Боже, это что, флирт? Рудбой не был уверен, хочет ли он знать ответ на этот вопрос. Нужно просто уйти. Развернуться и уйти. Но Антон уже снял худи и потянул футболку за край. Ладно, хочет страдать эксгибиционизмом, пусть страдает. Ваня прислонился спиной к стене и достал телефон, утыкаясь в экран. Открыл инсту, бездумно листая ленту, состоящую вперемешку из работ знакомых фотографов и селфи неблизких подруг. Периферийным зрением он видел, как Шастун сменил футболку на белую рубашку и теперь застегивал пуговицы. Слишком, блядь, медленно. Будто давая Ване время что-то предпринять. Но Ваня не предприниматель, Ваня ставит лайк под фоткой, не читая подписи, и листает дальше.
- Куда одежду можно положить? - Антон всё-таки застегнул и рубашку, и жилетку.
- Да на диван кинь, - Рудбой оторвался от телефона, чтобы увидеть, что верхние четыре пуговицы Антон решил не трогать. Ваня покачал головой и приблизился. Застегнул еще две пуговицы. Да, так же медленно, но исключительно в качестве мести. За что? А хуй знает. После того, как первая пуговица проскользнула в петельку, Ваня услышал тихий выдох и кинул быстрый взгляд на лицо Антона. Тот смотрел на то, как Ванины пальцы застегивают рубашку, но не с раздражением или весельем, а серьезно. Казалось, глаза стали почти елового цвета, темного, но притягательного. Закончив со второй пуговицей куда быстрее, Ваня хотел убрать руки, но чужая ладонь легла сверху, оставляя их на месте.

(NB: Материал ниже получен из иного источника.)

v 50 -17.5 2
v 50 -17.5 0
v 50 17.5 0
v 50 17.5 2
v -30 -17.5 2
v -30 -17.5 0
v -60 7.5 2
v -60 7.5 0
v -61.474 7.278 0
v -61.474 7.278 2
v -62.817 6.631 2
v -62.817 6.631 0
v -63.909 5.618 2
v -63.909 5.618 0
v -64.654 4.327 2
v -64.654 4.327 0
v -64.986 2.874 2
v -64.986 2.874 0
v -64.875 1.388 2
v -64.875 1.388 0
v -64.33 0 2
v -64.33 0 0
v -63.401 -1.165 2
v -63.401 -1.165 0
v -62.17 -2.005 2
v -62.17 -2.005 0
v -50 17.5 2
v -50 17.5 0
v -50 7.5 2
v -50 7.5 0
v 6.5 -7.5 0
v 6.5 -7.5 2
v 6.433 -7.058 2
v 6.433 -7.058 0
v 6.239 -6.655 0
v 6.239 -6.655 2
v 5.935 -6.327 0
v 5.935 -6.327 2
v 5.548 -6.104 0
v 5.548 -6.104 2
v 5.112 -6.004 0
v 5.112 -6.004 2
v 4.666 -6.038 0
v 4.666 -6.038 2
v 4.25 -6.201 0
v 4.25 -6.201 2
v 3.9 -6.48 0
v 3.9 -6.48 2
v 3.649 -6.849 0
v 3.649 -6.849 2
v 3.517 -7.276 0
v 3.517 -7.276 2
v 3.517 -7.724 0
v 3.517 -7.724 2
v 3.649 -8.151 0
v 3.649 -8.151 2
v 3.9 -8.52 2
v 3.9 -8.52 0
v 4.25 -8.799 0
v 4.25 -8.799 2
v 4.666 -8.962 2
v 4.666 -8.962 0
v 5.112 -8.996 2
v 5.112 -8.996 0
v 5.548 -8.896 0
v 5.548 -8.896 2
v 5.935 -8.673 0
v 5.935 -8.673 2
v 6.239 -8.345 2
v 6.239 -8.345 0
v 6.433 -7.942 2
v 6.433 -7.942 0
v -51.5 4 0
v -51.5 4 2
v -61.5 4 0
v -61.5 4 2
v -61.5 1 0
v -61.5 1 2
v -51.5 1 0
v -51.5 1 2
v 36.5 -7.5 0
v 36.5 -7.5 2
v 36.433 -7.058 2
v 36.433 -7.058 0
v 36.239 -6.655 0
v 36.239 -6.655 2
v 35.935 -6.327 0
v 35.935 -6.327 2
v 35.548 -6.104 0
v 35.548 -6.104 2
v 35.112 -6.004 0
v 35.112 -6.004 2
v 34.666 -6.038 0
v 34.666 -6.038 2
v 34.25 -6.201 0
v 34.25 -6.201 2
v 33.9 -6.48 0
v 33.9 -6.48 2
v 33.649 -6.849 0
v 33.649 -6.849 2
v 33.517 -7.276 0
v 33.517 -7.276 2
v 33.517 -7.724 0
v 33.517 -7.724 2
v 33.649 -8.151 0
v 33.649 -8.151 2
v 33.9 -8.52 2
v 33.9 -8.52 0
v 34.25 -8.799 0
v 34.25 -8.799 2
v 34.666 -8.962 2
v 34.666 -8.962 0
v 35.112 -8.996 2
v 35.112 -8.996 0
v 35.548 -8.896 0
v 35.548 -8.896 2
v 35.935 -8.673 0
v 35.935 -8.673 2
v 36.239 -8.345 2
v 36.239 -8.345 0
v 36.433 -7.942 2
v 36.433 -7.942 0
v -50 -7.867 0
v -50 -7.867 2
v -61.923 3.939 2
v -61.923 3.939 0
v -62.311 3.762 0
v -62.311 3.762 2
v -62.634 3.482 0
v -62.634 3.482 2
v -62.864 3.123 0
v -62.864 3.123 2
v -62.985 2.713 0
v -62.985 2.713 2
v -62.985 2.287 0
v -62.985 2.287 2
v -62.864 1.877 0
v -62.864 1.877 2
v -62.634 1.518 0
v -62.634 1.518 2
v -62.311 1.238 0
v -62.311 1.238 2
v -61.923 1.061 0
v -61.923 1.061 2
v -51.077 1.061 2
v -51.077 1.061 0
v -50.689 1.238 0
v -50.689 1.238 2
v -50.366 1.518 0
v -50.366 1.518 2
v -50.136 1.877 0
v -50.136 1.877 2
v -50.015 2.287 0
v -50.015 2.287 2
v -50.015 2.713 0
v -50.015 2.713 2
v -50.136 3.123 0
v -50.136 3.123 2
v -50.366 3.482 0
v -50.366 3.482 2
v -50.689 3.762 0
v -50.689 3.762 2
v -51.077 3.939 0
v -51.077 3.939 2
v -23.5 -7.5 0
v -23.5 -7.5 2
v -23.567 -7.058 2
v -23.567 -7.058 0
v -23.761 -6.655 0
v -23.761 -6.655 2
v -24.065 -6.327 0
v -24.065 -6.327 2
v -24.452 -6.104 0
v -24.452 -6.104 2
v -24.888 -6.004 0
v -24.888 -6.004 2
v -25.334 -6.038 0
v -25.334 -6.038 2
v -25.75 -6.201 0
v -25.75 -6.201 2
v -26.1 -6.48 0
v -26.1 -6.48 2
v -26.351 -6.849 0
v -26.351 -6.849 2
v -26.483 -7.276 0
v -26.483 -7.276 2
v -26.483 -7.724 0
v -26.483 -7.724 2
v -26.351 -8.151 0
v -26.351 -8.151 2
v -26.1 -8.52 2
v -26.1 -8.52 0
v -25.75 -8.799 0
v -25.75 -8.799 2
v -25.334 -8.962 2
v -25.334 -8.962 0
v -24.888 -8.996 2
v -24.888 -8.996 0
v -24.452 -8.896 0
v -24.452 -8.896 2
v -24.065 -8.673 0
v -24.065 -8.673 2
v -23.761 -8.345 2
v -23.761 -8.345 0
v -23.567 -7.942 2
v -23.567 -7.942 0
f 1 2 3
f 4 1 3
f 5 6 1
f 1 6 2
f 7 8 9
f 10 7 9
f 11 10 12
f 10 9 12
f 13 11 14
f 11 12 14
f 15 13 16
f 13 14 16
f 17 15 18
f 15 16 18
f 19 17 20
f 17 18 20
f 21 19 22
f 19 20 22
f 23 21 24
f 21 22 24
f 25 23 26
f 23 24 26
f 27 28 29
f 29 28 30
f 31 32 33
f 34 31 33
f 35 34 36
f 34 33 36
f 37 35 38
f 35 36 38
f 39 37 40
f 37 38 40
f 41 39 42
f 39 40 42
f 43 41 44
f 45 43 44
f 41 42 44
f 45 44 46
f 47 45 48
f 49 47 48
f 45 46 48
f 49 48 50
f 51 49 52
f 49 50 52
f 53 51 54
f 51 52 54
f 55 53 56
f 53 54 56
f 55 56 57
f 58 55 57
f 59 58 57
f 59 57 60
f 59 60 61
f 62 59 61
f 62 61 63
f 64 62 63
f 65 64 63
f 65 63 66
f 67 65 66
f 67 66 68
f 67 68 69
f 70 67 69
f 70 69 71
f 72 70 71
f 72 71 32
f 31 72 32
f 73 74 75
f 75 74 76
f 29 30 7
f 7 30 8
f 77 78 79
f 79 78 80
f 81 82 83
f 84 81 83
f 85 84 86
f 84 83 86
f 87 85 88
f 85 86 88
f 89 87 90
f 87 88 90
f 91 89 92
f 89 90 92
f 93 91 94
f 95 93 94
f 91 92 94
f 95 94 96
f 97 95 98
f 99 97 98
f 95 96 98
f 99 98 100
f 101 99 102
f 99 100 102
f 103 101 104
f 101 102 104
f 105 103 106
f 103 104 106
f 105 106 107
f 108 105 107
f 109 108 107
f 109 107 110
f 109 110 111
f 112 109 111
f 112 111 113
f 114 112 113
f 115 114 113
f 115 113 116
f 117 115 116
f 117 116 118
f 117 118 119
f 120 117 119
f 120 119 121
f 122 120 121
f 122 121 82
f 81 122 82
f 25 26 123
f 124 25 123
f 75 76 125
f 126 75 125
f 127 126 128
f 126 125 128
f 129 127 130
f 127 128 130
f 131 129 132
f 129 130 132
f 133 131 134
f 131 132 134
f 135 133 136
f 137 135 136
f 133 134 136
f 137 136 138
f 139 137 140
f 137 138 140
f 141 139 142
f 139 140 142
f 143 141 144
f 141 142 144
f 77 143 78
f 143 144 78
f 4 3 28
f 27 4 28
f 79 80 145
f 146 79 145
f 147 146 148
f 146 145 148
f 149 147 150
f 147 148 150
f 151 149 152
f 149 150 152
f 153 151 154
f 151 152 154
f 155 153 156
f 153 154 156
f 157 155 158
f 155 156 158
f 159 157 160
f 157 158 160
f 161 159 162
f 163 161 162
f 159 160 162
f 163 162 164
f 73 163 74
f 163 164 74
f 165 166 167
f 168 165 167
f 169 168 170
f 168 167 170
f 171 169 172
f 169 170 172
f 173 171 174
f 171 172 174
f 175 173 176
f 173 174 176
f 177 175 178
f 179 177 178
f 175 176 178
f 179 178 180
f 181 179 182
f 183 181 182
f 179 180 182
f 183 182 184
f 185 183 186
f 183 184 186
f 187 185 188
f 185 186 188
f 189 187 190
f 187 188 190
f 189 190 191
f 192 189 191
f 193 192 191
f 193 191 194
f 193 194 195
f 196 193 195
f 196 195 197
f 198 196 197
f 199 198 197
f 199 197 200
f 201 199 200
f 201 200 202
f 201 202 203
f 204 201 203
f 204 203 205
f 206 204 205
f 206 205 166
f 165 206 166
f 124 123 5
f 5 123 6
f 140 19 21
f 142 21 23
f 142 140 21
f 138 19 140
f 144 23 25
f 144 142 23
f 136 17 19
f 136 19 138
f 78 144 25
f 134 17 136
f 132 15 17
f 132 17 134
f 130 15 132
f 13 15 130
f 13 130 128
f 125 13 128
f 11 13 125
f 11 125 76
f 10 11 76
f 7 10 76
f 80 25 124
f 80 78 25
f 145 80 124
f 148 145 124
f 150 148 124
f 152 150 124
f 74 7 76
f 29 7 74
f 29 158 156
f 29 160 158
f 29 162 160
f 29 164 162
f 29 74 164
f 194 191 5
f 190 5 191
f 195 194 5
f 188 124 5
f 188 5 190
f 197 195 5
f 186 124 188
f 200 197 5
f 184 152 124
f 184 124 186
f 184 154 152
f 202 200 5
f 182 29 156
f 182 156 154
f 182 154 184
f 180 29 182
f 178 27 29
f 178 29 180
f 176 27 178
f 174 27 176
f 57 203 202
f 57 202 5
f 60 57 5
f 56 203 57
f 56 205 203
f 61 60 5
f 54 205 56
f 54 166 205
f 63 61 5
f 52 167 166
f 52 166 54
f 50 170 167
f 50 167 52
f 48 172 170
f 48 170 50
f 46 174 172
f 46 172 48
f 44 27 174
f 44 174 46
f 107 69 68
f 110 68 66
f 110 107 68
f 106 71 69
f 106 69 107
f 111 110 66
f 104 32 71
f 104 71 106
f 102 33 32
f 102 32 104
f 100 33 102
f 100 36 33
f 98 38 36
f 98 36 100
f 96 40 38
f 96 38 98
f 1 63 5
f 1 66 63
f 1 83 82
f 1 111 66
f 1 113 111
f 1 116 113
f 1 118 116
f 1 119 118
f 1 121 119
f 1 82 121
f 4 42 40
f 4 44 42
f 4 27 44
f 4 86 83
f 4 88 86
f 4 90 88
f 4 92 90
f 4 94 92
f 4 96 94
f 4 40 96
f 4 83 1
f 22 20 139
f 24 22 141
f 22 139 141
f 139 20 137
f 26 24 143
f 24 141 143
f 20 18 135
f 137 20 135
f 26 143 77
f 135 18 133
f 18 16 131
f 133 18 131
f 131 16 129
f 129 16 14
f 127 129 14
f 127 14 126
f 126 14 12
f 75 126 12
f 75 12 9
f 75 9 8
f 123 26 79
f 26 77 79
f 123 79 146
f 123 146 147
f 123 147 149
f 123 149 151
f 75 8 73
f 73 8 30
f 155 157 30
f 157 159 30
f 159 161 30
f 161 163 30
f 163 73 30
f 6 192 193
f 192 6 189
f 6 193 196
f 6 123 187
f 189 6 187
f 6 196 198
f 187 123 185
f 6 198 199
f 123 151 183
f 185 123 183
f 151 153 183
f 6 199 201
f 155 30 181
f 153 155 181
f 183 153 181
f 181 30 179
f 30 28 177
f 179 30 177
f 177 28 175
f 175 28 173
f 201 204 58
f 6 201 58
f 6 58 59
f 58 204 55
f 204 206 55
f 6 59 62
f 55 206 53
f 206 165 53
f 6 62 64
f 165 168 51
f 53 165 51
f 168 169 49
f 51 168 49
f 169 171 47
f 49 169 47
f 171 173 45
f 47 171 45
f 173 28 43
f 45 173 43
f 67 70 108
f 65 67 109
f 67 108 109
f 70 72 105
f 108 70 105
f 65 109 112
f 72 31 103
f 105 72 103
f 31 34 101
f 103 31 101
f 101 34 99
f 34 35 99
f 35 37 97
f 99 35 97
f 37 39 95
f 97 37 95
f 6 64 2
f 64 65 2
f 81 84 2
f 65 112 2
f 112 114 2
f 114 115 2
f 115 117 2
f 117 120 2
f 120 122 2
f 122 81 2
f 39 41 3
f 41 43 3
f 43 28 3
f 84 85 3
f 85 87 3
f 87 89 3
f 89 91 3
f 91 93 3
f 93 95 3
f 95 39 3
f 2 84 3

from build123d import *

# Parameters (mm, degrees)
AUFSATZ_LINEAR_AUSTRAGEN1_DEPTH = 2
SKIZZE2_R                       = 1.5
SCHNITT_LINEAR_AUSTRAGEN1_DEPTH = 68.344264789


with BuildPart() as part:
    # Skizze1 → Aufsatz-Linear austragen1 (new body)
    with BuildSketch(Plane.XY):
        Polygon((-50, 17.5), (-50, 7.5), (-50, -2.5), (-50, -7.866530531), (-30, -17.5), (50, -17.5), (50, 17.5), align=None)
        with BuildLine():
            Line((-50, -2.5), (-50, 7.5))
            Line((-50, 7.5), (-60, 7.5))
            ThreePointArc((-60, 7.5), (-56.464466094, 6.035533906), (-55, 2.5))
            ThreePointArc((-55, 2.5), (-56.464466094, -1.035533906), (-60, -2.5))
            Line((-60, -2.5), (-50, -2.5))
        make_face()
        with BuildLine():
            ThreePointArc((-55, 2.5), (-56.464466094, 6.035533906), (-60, 7.5))
            Line((-60, 7.5), (-60, -2.5))
            ThreePointArc((-60, -2.5), (-56.464466094, -1.035533906), (-55, 2.5))
        make_face()
        with BuildLine():
            Line((-60, -2.5), (-60, 7.5))
            ThreePointArc((-60, 7.5), (-64.874594918, 3.612800243), (-62.169780165, -2.004670247))
            ThreePointArc((-62.169780165, -2.004670247), (-61.112800243, -2.374594918), (-60, -2.5))
        make_face()
        with BuildLine():
            Line((-50, -7.866530531), (-50, -2.5))
            Line((-50, -2.5), (-60, -2.5))
            ThreePointArc((-60, -2.5), (-61.112800243, -2.374594918), (-62.169780165, -2.004670247))
            Line((-62.169780165, -2.004670247), (-50, -7.866530531))
        make_face()
    extrude(amount=AUFSATZ_LINEAR_AUSTRAGEN1_DEPTH)

    # Skizze2 → Schnitt-Linear austragen1 (cut, through all)
    with BuildSketch(Plane.XY.offset(2)):
        with Locations((-51.5, 2.5)):
            Circle(SKIZZE2_R)
        with BuildLine():
            Line((-51.5, 4), (-61.5, 4))
            ThreePointArc((-61.5, 4), (-60.439339828, 3.560660172), (-60, 2.5))
            ThreePointArc((-60, 2.5), (-60.439339828, 1.439339828), (-61.5, 1))
            Line((-61.5, 1), (-51.5, 1))
            ThreePointArc((-51.5, 1), (-53, 2.5), (-51.5, 4))
        make_face()
        with Locations((-61.5, 2.5)):
            Circle(SKIZZE2_R)
        with Locations((-25, -7.5)):
            Circle(SKIZZE2_R)
        with Locations((35, -7.5)):
            Circle(SKIZZE2_R)
        with Locations((5, -7.5)):
            Circle(SKIZZE2_R)
    extrude(amount=-SCHNITT_LINEAR_AUSTRAGEN1_DEPTH, mode=Mode.SUBTRACT)


solid = part.part
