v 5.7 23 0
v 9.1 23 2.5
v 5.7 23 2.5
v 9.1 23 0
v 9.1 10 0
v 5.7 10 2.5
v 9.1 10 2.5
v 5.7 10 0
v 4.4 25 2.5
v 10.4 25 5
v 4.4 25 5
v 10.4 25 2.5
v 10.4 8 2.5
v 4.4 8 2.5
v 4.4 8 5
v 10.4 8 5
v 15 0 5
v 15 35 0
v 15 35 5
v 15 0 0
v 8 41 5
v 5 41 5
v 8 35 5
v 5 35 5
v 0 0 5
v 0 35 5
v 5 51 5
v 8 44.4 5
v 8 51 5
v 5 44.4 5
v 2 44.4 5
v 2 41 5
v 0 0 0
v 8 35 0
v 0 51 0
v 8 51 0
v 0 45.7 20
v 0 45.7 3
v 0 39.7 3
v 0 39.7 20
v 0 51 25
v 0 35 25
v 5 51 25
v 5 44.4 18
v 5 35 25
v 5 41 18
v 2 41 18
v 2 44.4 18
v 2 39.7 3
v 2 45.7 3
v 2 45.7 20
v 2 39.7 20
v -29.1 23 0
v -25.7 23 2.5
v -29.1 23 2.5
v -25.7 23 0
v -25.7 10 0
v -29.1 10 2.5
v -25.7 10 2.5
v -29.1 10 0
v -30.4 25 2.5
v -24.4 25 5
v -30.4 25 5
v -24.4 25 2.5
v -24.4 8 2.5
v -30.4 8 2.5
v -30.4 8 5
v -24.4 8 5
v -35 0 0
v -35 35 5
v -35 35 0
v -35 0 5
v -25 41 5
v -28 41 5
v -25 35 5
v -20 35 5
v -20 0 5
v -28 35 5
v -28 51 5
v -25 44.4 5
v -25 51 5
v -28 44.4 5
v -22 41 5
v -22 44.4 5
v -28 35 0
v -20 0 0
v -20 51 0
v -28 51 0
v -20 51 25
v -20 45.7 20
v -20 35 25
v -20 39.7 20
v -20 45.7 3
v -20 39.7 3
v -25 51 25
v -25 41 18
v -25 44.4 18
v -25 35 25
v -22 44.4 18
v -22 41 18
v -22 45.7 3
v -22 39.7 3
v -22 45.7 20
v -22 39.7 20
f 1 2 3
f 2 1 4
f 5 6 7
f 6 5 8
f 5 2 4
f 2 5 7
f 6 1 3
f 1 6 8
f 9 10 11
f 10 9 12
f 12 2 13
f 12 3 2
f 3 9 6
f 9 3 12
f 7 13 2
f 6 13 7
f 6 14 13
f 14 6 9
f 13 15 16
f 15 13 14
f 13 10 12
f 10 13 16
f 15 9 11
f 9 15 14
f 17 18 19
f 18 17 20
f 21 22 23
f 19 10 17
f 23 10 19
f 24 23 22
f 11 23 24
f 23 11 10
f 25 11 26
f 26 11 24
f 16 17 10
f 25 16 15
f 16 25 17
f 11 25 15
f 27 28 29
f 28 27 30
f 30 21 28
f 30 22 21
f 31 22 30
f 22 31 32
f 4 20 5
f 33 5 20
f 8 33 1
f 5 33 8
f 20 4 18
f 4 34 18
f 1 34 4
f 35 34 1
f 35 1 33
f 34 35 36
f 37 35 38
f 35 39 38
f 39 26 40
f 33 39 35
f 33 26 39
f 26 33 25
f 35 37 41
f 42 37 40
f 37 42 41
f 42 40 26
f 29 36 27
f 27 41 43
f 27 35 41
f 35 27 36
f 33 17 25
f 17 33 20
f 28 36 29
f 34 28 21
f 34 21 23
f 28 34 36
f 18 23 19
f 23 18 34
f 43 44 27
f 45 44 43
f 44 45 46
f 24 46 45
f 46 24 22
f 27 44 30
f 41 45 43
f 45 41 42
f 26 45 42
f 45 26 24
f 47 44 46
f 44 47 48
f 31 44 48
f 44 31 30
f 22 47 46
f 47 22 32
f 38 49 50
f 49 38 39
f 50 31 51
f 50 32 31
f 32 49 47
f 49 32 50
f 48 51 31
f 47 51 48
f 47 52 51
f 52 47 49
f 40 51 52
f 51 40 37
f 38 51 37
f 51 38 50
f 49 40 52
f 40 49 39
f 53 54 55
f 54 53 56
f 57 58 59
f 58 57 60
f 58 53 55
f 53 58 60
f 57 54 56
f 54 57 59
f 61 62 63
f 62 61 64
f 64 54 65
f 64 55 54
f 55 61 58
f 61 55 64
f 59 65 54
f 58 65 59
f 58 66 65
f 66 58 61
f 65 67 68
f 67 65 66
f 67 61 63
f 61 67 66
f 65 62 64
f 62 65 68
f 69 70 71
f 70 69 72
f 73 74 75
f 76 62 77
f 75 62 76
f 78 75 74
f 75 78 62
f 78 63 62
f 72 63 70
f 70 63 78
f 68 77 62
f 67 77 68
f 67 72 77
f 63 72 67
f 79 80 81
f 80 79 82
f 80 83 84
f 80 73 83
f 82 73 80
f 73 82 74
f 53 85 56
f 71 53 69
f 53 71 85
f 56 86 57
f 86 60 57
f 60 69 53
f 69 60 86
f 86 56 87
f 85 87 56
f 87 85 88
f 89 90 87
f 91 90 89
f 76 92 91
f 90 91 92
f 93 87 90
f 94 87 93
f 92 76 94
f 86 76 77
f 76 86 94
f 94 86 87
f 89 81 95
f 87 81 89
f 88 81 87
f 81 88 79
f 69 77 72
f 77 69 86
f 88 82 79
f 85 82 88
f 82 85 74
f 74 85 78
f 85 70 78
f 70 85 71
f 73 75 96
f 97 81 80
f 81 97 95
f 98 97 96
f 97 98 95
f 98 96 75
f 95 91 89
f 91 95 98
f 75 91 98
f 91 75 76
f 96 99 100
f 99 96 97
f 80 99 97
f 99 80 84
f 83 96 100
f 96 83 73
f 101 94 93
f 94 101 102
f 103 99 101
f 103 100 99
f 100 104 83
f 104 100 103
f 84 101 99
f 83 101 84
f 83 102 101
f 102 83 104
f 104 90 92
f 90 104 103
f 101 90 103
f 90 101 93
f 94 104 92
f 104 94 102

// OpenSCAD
$fn = 100;
clearance = 0.2;

holder();
mirror([1,0,0])translate([20,0,0])holder();

module holder(){
    difference(){
        union(){
            //floor
            difference(){
                cube([15,51,5]);
                rotate([180,0,90])translate([10,5.7,-5.5])adjustableBolt();
                translate([8,35,-1])cube([11,17,20]);
            }
            //wall
            translate([0,35,0])cube([5,16,25]);
        }
        rotate([0,90,0])translate([-18,41,-1])adjustableBolt();
    }
    
}
module adjustableBolt(){
    union(){
        cube([13,3.2+clearance,25]);
        translate([-2,-1.3,0])cube([17,6,3]);
    }
}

- Думаешь, уведу у тебя всех девчонок? - поинтересовался Антон как ни в чем не бывало, но взгляд по-прежнему выдавал его.
- А ты собирался?
Вместо ответа Антон покачал головой и, напоследок проведя большим пальцем по тыльной стороне одной из ладоней, отпустил Рудбоя, направившись обратно в зал. Ну вот и что это такое?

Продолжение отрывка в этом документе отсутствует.